── Records shown ──

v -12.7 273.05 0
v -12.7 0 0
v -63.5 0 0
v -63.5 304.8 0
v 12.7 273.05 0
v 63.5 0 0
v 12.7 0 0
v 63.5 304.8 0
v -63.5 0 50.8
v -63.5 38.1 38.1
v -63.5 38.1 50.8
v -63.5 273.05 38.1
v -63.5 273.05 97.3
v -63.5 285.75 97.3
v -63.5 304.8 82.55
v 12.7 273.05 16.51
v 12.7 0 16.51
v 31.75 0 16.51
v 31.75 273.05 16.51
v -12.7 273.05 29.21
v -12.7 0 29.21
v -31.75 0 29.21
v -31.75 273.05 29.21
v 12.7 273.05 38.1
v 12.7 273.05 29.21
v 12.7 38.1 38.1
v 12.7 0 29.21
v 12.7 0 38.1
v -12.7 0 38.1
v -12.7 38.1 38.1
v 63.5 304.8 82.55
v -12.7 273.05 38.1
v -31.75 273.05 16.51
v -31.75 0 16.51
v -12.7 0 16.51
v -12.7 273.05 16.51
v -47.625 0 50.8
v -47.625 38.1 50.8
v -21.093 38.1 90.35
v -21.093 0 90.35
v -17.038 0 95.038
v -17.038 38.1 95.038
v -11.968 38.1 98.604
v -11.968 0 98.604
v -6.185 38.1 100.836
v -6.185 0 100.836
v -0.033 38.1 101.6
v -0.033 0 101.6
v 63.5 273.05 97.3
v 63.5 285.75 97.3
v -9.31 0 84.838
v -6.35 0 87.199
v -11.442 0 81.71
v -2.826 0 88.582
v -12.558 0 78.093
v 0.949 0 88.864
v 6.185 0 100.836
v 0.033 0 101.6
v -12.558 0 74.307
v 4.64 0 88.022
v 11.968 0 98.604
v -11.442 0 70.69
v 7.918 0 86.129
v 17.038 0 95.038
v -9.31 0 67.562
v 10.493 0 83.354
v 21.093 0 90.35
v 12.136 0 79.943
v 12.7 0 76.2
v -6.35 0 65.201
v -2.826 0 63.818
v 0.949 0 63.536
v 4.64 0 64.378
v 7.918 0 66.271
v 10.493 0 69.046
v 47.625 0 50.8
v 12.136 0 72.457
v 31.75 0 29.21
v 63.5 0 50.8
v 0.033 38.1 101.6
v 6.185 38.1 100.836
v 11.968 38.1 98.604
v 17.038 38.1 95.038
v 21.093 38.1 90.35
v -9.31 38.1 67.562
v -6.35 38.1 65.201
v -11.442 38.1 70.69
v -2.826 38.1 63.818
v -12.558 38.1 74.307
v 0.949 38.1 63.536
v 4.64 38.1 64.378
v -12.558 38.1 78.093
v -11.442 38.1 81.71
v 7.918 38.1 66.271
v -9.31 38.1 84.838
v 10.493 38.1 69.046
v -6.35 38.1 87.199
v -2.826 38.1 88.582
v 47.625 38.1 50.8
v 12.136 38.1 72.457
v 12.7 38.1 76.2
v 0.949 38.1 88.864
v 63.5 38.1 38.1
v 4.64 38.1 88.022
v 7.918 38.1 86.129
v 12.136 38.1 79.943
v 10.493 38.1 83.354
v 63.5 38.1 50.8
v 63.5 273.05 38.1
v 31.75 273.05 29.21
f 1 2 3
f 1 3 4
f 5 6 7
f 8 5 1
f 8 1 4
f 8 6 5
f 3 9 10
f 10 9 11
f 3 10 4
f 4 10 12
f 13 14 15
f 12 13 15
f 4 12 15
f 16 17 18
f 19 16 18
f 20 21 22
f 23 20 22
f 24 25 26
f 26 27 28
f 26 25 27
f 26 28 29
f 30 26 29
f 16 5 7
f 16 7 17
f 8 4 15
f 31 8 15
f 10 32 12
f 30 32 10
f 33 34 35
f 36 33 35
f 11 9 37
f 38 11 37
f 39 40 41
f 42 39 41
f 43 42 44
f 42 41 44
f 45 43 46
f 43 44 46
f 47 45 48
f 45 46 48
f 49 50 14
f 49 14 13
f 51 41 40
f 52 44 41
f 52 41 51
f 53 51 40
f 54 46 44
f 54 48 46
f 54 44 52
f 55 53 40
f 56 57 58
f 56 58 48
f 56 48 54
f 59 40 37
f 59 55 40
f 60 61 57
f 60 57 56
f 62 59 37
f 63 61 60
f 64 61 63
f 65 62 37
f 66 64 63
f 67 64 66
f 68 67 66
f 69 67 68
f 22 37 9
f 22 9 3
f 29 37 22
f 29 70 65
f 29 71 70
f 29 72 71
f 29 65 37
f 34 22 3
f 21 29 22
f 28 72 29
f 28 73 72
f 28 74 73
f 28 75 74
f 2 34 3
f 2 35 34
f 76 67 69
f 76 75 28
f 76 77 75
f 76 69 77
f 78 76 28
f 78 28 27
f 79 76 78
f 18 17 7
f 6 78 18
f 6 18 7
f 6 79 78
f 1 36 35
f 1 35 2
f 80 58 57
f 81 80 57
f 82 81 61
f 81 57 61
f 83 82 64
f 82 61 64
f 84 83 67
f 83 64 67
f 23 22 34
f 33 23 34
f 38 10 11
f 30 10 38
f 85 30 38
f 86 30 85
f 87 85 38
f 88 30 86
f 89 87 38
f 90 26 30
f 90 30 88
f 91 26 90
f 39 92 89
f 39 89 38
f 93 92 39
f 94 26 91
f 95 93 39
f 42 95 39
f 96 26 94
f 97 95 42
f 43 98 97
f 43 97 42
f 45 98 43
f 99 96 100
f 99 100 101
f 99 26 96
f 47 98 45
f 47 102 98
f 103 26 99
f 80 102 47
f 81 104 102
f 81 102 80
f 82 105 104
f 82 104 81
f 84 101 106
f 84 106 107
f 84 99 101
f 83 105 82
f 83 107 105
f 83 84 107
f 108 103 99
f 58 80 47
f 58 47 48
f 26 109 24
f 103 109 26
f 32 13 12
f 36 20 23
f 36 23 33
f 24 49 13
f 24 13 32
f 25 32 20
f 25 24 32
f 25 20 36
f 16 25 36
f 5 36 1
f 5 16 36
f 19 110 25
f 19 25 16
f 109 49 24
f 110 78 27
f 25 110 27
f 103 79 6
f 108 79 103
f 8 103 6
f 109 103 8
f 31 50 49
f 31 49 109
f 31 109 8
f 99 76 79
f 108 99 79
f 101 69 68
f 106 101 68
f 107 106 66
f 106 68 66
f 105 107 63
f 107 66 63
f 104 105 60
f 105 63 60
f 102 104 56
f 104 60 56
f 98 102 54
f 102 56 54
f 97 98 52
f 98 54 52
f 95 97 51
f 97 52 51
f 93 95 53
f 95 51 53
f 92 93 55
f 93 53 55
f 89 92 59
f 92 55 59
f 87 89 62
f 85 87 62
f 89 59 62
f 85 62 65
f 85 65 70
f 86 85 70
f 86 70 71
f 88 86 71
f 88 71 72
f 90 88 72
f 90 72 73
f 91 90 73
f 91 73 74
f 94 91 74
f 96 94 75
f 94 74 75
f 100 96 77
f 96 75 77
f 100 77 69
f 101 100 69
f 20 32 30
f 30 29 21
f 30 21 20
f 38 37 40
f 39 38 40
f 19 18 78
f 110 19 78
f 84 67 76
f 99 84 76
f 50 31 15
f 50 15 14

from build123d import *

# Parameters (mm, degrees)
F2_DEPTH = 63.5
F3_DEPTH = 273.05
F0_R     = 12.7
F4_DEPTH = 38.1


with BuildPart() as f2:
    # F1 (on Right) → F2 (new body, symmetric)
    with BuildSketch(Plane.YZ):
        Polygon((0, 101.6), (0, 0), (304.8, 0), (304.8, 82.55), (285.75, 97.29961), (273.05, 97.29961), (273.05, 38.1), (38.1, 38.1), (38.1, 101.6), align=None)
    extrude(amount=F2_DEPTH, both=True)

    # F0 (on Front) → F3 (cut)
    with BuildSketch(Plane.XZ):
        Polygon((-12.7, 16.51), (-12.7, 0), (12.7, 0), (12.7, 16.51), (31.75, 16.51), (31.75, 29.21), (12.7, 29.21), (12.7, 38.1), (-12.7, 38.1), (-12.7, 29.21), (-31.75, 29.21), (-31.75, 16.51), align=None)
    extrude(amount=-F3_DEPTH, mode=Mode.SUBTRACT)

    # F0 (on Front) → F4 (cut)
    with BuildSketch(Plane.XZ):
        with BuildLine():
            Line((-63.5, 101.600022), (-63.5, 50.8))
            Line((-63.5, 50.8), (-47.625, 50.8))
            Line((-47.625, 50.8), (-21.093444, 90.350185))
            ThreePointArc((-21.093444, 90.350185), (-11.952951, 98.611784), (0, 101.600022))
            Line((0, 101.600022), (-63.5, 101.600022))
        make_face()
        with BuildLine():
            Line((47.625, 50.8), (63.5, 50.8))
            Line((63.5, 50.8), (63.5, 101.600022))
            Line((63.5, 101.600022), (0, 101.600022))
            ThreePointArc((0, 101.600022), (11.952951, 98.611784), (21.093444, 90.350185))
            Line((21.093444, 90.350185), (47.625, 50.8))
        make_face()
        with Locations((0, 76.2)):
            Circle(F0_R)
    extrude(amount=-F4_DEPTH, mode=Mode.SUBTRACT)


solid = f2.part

───

Please output an exact copy of the lines above, from the opening line of the data down to the line that contains "v 63.5 304.8 82.55".

v -12.7 273.05 0
v -12.7 0 0
v -63.5 0 0
v -63.5 304.8 0
v 12.7 273.05 0
v 63.5 0 0
v 12.7 0 0
v 63.5 304.8 0
v -63.5 0 50.8
v -63.5 38.1 38.1
v -63.5 38.1 50.8
v -63.5 273.05 38.1
v -63.5 273.05 97.3
v -63.5 285.75 97.3
v -63.5 304.8 82.55
v 12.7 273.05 16.51
v 12.7 0 16.51
v 31.75 0 16.51
v 31.75 273.05 16.51
v -12.7 273.05 29.21
v -12.7 0 29.21
v -31.75 0 29.21
v -31.75 273.05 29.21
v 12.7 273.05 38.1
v 12.7 273.05 29.21
v 12.7 38.1 38.1
v 12.7 0 29.21
v 12.7 0 38.1
v -12.7 0 38.1
v -12.7 38.1 38.1
v 63.5 304.8 82.55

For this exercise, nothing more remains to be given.